Judge Jury and Executable: A Threat Hunting Forensics Tool
Judge Jury and Executable – A Threat Hunting Forensics Tool
A file system forensics analysis scanner and threat hunting tool. Scans file systems at the MFT and OS level and stored in SQL. Threats and data can be probed by harnessing the power and syntax of SQL.
Features:
- Scan a mounted filesystem for threats right away
- Or gather a system baseline before an incident, for extra threat hunting ability
- Can be used before, during, or after an incident
- For one to many workstations
- Scans the MFT, bypassing file permissions, file locks, or OS file protections/hiding/shadowing
- Up to 51 different properties gathered for every file
- Scan results go into an SQL table for later searching, aggregating results over many scans and/or many machines, and historical or retrospective analysis
- Leverage the power of SQL to search file systems, query file properties, answer complex or high-level questions, and hunt for threats or indicators of compromise
Hunt for viruses, malware, and APTs on (multiple) file systems using by writing queries in SQL.
Allow me to elaborate…
You start with disk or disk images that are potentially dirty with malware, viruses, APT’s (advanced persistent threats), or the like, and then scan them with this tool. (Optionally, and assuming you have the wisdom and foresight to do so, you may wish to scan a known good baseline disk image with this tool first (or later–doesn’t matter). This is certainly not necessary, but can only serve to aid you.) The forensics-level scanning portion of this tool collects a bunch of properties about each file in a file system (or an image(s) of one), and places these properties in a SQL relational database table. The secret sauce comes from being able to threat hunt, investigate, or ask questions about the data through the use of queries, in the language of SQL, against the database that is created. A key feature here was NOT inventing a proprietary query language. If you know SQL, and how to click a button, then you already know how to use this tool like a boss. Even if you don’t, this concept is powerful enough that canned queries (see below) will get you a lot of mileage.
Forensics-level scanning.
Firstly, the tool creates an entry in the database for each record found in the MFT (master file table–its how NTFS does its record-keeping). This bypasses file security permissions, file hiding, stealth or obfuscation techniques, file deletion, or timestamp tampering. These techniques will not prevent the file from being scanned and cataloged.
Rich, high-level data analytics.
Then all operating-system-level properties, data, and meta-data available about each file is collected and augments each entry. As a result of this, even if the file properties from the Framework/Operating System API cannot be accessed due to permissions, file locks (is in use), disk corruption, a zero-byte-length file, or various other reasons, the file will still be recorded, logged and tracked.

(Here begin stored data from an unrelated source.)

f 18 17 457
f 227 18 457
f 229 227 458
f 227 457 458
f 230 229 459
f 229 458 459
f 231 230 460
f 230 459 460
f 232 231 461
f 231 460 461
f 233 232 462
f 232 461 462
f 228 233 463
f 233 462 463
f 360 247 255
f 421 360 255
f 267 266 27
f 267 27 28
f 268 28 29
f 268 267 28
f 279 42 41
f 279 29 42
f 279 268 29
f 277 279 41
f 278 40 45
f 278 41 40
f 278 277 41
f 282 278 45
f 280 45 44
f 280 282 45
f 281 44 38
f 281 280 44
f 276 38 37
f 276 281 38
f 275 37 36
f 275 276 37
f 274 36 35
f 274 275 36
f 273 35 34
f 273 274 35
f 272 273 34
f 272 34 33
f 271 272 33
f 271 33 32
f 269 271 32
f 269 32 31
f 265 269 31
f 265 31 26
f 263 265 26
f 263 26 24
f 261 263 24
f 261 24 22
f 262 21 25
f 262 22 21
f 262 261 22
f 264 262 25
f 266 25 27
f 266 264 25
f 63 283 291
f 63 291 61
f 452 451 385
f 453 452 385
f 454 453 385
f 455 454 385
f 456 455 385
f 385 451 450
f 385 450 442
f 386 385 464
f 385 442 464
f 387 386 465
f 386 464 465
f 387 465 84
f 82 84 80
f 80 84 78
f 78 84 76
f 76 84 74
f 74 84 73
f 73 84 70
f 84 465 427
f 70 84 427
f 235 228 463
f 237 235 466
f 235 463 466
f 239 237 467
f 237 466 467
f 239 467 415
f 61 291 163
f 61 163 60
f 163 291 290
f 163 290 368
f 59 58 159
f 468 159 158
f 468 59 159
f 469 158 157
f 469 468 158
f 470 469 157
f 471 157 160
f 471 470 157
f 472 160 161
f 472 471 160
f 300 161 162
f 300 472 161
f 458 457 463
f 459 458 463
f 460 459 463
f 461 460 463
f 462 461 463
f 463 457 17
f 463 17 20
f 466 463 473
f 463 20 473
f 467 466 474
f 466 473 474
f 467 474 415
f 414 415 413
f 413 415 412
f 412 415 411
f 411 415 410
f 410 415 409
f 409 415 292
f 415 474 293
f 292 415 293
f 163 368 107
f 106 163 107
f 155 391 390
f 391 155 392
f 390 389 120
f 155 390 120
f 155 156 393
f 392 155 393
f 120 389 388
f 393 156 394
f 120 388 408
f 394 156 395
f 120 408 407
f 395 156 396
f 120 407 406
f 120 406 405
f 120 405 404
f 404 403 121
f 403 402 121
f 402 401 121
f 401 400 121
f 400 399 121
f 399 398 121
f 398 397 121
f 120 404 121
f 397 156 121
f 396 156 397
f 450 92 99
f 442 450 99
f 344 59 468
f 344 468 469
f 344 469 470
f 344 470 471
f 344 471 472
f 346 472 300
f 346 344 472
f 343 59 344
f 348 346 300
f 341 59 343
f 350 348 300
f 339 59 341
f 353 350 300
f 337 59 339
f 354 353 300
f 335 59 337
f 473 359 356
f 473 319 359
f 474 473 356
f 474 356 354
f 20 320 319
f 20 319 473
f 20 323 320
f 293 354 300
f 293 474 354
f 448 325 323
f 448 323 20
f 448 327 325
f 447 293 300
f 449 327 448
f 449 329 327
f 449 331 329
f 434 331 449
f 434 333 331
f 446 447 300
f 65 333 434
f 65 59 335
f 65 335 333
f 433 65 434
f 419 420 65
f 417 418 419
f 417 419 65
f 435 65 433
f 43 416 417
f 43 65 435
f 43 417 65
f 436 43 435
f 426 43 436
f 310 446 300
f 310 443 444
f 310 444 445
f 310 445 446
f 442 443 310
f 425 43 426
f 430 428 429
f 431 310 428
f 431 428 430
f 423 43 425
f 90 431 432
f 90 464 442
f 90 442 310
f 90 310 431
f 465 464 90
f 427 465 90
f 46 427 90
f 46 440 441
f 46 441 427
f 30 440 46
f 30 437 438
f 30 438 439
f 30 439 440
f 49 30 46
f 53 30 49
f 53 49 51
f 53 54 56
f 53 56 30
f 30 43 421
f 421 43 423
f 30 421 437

The entry, however, will simply not contain the information about it that was not accessible to the operating system. Up to 51 different properties may be collected for every file.
For each file, information collected includes:
- SHA256 hash
- MD5 hash
- Import table hash (if it exists)
- MFT Number & Sequence Number
- MFT Create/Modified/Accessed Dates
- Create/Modified/Accessed Dates Reported by OS
- All the ‘Standard’ OS file properties: location, size, datestamps, attributes, metadata
- Is a PE or DLL or Driver?
- Is Authenticode signed?
- Does the X.509 certificate chain verify?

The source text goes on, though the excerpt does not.